Look for "network Adapters" 
Click on it to expand it 
do you see any yellow or red question marks


----------



## Rose of Sharon (Aug 12, 2011)

*Re: Incorrect IP Address*

I've done as you suggested. What do I do now? I have the last window exactly as in your picture.


----------



## loda117 (Aug 6, 2010)

*Re: Incorrect IP Address*

do you have a little icon like this by the clock


----------



## Rose of Sharon (Aug 12, 2011)

*Re: Incorrect IP Address*

Yes. The wireless is not connected.


----------



## loda117 (Aug 6, 2010)

*Re: Incorrect IP Address*

ok Right Click on that icon 
Click on View Available Wireless Networks 









Let it search and it should come with few 
Select your wireless network 
Then click Connect


----------



## Rose of Sharon (Aug 12, 2011)

*Re: Incorrect IP Address*

It gives me 'Printer Server 2DBD077.


----------



## Rose of Sharon (Aug 12, 2011)

*Re: Incorrect IP Address*

That's the only option it gives.


----------



## loda117 (Aug 6, 2010)

*Re: Incorrect IP Address*

In that window, left hand side you will see "
refresh network list" Click on that 

Do you happen to know which wireless network do other laptops connect to?
If they connect to the "printer server 2dbd077" then thats the one you want to connect as well


----------



## Rose of Sharon (Aug 12, 2011)

*Re: Incorrect IP Address*

When i clicked on 'refresh network list' it remained the same. The username of the wireless we use is Redman1234.


----------



## Rose of Sharon (Aug 12, 2011)

*Re: Incorrect IP Address*

The name of the wireless is Dana. not Printer Server. And that one is no where to be found.


----------



## Wand3r3r (Sep 17, 2010)

*Re: Incorrect IP Address*

Has this ever worked?

Know how to get to device manager? You would want to check under Networks that the wireless interface has no yellow exclaimation point indicating the drivers are not installed.
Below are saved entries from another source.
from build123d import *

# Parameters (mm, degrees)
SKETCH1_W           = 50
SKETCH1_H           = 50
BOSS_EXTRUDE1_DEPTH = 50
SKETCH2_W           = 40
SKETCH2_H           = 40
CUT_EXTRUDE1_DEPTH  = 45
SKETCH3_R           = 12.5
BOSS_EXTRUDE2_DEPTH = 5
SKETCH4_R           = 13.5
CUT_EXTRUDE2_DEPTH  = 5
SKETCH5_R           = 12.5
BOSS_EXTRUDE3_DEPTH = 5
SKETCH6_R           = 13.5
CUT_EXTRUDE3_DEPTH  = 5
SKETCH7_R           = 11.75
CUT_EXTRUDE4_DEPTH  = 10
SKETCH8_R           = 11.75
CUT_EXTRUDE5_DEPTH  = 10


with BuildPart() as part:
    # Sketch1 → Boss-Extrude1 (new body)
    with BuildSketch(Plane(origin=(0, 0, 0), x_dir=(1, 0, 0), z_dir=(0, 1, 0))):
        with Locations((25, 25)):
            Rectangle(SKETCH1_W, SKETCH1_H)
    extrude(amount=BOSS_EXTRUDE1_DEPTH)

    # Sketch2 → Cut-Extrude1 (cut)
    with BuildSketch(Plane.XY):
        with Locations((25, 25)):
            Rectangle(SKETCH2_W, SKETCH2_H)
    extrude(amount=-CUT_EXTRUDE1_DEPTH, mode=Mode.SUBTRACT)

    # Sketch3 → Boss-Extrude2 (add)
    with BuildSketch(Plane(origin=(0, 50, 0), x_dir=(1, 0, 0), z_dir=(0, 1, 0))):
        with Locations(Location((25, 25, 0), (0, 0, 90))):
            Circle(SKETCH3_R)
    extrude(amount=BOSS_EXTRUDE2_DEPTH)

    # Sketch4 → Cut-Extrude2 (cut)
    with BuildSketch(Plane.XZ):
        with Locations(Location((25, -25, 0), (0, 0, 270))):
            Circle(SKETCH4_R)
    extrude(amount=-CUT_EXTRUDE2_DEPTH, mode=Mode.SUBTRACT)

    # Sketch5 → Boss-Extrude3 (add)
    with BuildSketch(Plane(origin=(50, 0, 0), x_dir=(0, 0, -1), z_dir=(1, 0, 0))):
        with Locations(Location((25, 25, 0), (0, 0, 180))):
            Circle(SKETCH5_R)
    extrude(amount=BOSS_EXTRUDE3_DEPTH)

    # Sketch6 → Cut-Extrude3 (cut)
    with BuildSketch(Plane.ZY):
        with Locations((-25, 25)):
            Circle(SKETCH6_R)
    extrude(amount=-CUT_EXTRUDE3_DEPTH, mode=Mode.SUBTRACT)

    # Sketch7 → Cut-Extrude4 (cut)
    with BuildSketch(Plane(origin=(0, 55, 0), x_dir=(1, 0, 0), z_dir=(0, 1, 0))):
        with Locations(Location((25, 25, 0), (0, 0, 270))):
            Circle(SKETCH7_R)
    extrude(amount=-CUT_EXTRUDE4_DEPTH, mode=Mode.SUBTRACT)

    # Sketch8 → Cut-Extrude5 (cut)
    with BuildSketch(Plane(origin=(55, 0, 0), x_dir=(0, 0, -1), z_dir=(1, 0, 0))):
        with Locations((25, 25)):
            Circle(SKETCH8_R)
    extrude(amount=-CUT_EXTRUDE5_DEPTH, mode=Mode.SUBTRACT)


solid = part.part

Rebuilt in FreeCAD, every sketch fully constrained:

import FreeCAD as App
import Part
import Sketcher
from FreeCAD import Vector
Q = App.Units.Quantity

doc = App.newDocument("Part")
body = doc.addObject("PartDesign::Body", "Body")

# Sketch on XZ plane
sketch1 = body.newObject("Sketcher::SketchObject", "Sketch")
sketch1.AttachmentSupport = (doc.getObject("XZ_Plane"), [""])
sketch1.MapMode = "FlatFace"
sketch1.addGeometry([
    Part.LineSegment(Vector(0, -50, 0), Vector(0, 0, 0)),
    Part.LineSegment(Vector(0, 0, 0), Vector(50, 0, 0)),
    Part.LineSegment(Vector(50, 0, 0), Vector(50, -50, 0)),
    Part.LineSegment(Vector(50, -50, 0), Vector(0, -50, 0)),
], False)
sketch1.addConstraint([
    Sketcher.Constraint("Coincident", 0, 2, 1, 1),
    Sketcher.Constraint("Coincident", 1, 2, 2, 1),
    Sketcher.Constraint("Coincident", 2, 2, 3, 1),
    Sketcher.Constraint("Coincident", 3, 2, 0, 1),
    Sketcher.Constraint("Vertical", 0),
    Sketcher.Constraint("Horizontal", 1),
    Sketcher.Constraint("Vertical", 2),
    Sketcher.Constraint("Horizontal", 3),
    Sketcher.Constraint("Coincident", 0, 2, -1, 1),
    Sketcher.Constraint("Equal", 3, 0),
    Sketcher.Constraint("DistanceX", 1, 1, 1, 2, Q("50 mm")),
])
pad1 = body.newObject("PartDesign::Pad", "Pad")
pad1.Profile = sketch1
pad1.Length = 50
pad1.Reversed = True

# Sketch on XY plane
sketch2 = body.newObject("Sketcher::SketchObject", "Sketch001")
sketch2.AttachmentSupport = (doc.getObject("XY_Plane"), [""])
sketch2.MapMode = "FlatFace"
sketch2.addGeometry([
    Part.LineSegment(Vector(5, 45, 0), Vector(5, 5, 0)),
    Part.LineSegment(Vector(5, 5, 0), Vector(45, 5, 0)),
    Part.LineSegment(Vector(45, 5, 0), Vector(45, 45, 0)),
    Part.LineSegment(Vector(45, 45, 0), Vector(5, 45, 0)),
], False)
sketch2.addConstraint([
    Sketcher.Constraint("Coincident", 0, 2, 1, 1),
    Sketcher.Constraint("Coincident", 1, 2, 2, 1),
    Sketcher.Constraint("Coincident", 2, 2, 3, 1),
    Sketcher.Constraint("Coincident", 3, 2, 0, 1),
    Sketcher.Constraint("Vertical", 0),
    Sketcher.Constraint("Horizontal", 1),
    Sketcher.Constraint("Vertical", 2),
    Sketcher.Constraint("Horizontal", 3),
    Sketcher.Constraint("Equal", 3, 0),
    Sketcher.Constraint("DistanceX", 1, 1, 1, 2, Q("40 mm")),
    Sketcher.Constraint("DistanceX", -1, 1, 0, 2, Q("5 mm")),
    Sketcher.Constraint("DistanceY", -1, 1, 0, 2, Q("5 mm")),
])
pocket1 = body.newObject("PartDesign::Pocket", "Pocket")
pocket1.Profile = sketch2
pocket1.Length = 45

# Sketch on XZ plane
sketch3 = body.newObject("Sketcher::SketchObject", "Sketch002")
sketch3.AttachmentSupport = (doc.getObject("XZ_Plane"), [""])
sketch3.MapMode = "FlatFace"
sketch3.AttachmentOffset = App.Placement(Vector(0, 0, -50), App.Rotation())
sketch3.addGeometry(Part.Circle(Vector(25, -25, 0), Vector(0, 0, 1), 12), False)
sketch3.addConstraint([
    Sketcher.Constraint("Diameter", 0, Q("25 mm")),
    Sketcher.Constraint("DistanceX", -1, 1, 0, 3, Q("25 mm")),
    Sketcher.Constraint("DistanceY", 0, 3, -1, 1, Q("25 mm")),
])
pad2 = body.newObject("PartDesign::Pad", "Pad001")
pad2.Profile = sketch3
pad2.Length = 5
pad2.Reversed = True

# Sketch on XZ plane
sketch4 = body.newObject("Sketcher::SketchObject", "Sketch003")
sketch4.AttachmentSupport = (doc.getObject("XZ_Plane"), [""])
sketch4.MapMode = "FlatFace"
sketch4.addGeometry(Part.Circle(Vector(25, -25, 0), Vector(0, 0, 1), 14), False)
sketch4.addConstraint([
    Sketcher.Constraint("Diameter", 0, Q("27 mm")),
    Sketcher.Constraint("DistanceX", -1, 1, 0, 3, Q("25 mm")),
    Sketcher.Constraint("DistanceY", 0, 3, -1, 1, Q("25 mm")),
])
pocket2 = body.newObject("PartDesign::Pocket", "Pocket001")
pocket2.Profile = sketch4
pocket2.Length = 5

# Sketch on YZ plane
sketch5 = body.newObject("Sketcher::SketchObject", "Sketch004")
sketch5.AttachmentSupport = (doc.getObject("YZ_Plane"), [""])
sketch5.MapMode = "FlatFace"
sketch5.AttachmentOffset = App.Placement(Vector(0, 0, 50), App.Rotation())
sketch5.addGeometry(Part.Circle(Vector(25, -25, 0), Vector(0, 0, 1), 12), False)
sketch5.addConstraint([
    Sketcher.Constraint("Diameter", 0, Q("25 mm")),
    Sketcher.Constraint("DistanceX", -1, 1, 0, 3, Q("25 mm")),
    Sketcher.Constraint("DistanceY", 0, 3, -1, 1, Q("25 mm")),
])
pad3 = body.newObject("PartDesign::Pad", "Pad002")
pad3.Profile = sketch5
pad3.Length = 5

# Sketch on YZ plane
sketch6 = body.newObject("Sketcher::SketchObject", "Sketch005")
sketch6.AttachmentSupport = (doc.getObject("YZ_Plane"), [""])
sketch6.MapMode = "FlatFace"
sketch6.addGeometry(Part.Circle(Vector(25, -25, 0), Vector(0, 0, 1), 14), False)
sketch6.addConstraint([
    Sketcher.Constraint("Diameter", 0, Q("27 mm")),
    Sketcher.Constraint("DistanceX", -1, 1, 0, 3, Q("25 mm")),
    Sketcher.Constraint("DistanceY", 0, 3, -1, 1, Q("25 mm")),
])
pocket3 = body.newObject("PartDesign::Pocket", "Pocket002")
pocket3.Profile = sketch6
pocket3.Length = 5
pocket3.Reversed = True

# Sketch on XZ plane
sketch7 = body.newObject("Sketcher::SketchObject", "Sketch006")
sketch7.AttachmentSupport = (doc.getObject("XZ_Plane"), [""])
sketch7.MapMode = "FlatFace"
sketch7.AttachmentOffset = App.Placement(Vector(0, 0, -55), App.Rotation())
sketch7.addGeometry(Part.Circle(Vector(25, -25, 0), Vector(0, 0, 1), 12), False)
sketch7.addConstraint([
    Sketcher.Constraint("Diameter", 0, Q("23.5 mm")),
    Sketcher.Constraint("DistanceX", -1, 1, 0, 3, Q("25 mm")),
    Sketcher.Constraint("DistanceY", 0, 3, -1, 1, Q("25 mm")),
])
pocket4 = body.newObject("PartDesign::Pocket", "Pocket003")
pocket4.Profile = sketch7
pocket4.Length = 10
pocket4.Reversed = True

# Sketch on YZ plane
sketch8 = body.newObject("Sketcher::SketchObject", "Sketch007")
sketch8.AttachmentSupport = (doc.getObject("YZ_Plane"), [""])
sketch8.MapMode = "FlatFace"
sketch8.AttachmentOffset = App.Placement(Vector(0, 0, 55), App.Rotation())
sketch8.addGeometry(Part.Circle(Vector(25, -25, 0), Vector(0, 0, 1), 12), False)
sketch8.addConstraint([
    Sketcher.Constraint("Diameter", 0, Q("23.5 mm")),
    Sketcher.Constraint("DistanceX", -1, 1, 0, 3, Q("25 mm")),
    Sketcher.Constraint("DistanceY", 0, 3, -1, 1, Q("25 mm")),
])
pocket5 = body.newObject("PartDesign::Pocket", "Pocket004")
pocket5.Profile = sketch8
pocket5.Length = 10

doc.recompute()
For wireless to work you need;
to see the wireless router ssid
enter the correct encryption type [wep/wpa/wpa2]
enter the correct encryption passphrase


----------



## Rose of Sharon (Aug 12, 2011)

*Re: Incorrect IP Address*

I have no idea what you just said. It went right over my head. Could you explain please?


----------



## Rose of Sharon (Aug 12, 2011)

*Re: Incorrect IP Address*

In 'Wireless Network Connection 2 Properties' Preferred networks, there are four of them listed. Rituals which is a coffee shop (that's ex out as I'm not at Rituals), Dana (Automatic) but it's ex out too and I am at home where Dana is used. and then there's Print Server 2DB077 and dd-wrt. printer server has a different icon to the rest.


----------



## Rose of Sharon (Aug 12, 2011)

*Re: Incorrect IP Address*

This happened once before and the tech had me do something like uninstall or remove the ip address, put in a new one (or the same one) shut down then restart. But all the little things in between and the exact order I can't remember.


----------



## spunk.funk (May 13, 2010)

*Re: Incorrect IP Address*

Delete the preferred wireless networks. To delete the wireless network created by the Wireless Network Setup Wizard on a computer running Windows XP with SP2, remove the wireless network from the Preferred networks list on the Wireless Networks tab for the properties of your wireless network adapter in the Network connections folder.


----------



## loda117 (Aug 6, 2010)

*Re: Incorrect IP Address*

can u post a screen shot of that window 
How to Take a Screenshot in Microsoft Windows - wikiHow


----------



## Rose of Sharon (Aug 12, 2011)

*Re: Incorrect IP Address*

Here's the pic:


----------



## loda117 (Aug 6, 2010)

*Re: Incorrect IP Address*

Under the section "view available wireless networks" in that window 
tell me what you see when you click on that. 
Take a screen shot of that as well 

Also check on the other laptops in your house which one are they connecting to.


----------



## Rose of Sharon (Aug 12, 2011)

*Re: Incorrect IP Address*

I see only the Printer server. The other lap tops are using Dana.


----------



## loda117 (Aug 6, 2010)

*Re: Incorrect IP Address*

Where this wireless router at (downstairs, upstairs, in basement, etc)


----------



## Rose of Sharon (Aug 12, 2011)

*Re: Incorrect IP Address*

The router is upstairs next to the table I'm seated at.


----------



## loda117 (Aug 6, 2010)

*Re: Incorrect IP Address*










Right click on the icon just like in the pic 
click on open network connections 
how many networks you see in there and what are their names


----------



## Rose of Sharon (Aug 12, 2011)

*Re: Incorrect IP Address*

Just the one 'Printer Server..."


----------



## loda117 (Aug 6, 2010)

*Re: Incorrect IP Address*

are all the other laptops connecting fine to internet?


----------



## Rose of Sharon (Aug 12, 2011)

*Re: Incorrect IP Address*

Yes they are. All of them. Including my black berry and a nokia phone.


----------



## loda117 (Aug 6, 2010)

*Re: Incorrect IP Address*

go to this website 
ASUSTeK Computer Inc. -Support- Drivers and Download

Select the option one 
and let Asus navigation wizard start 
let it detect your model and operating system 
it will then let you download the drivers for your wireless 
download it and run it


----------



## Rose of Sharon (Aug 12, 2011)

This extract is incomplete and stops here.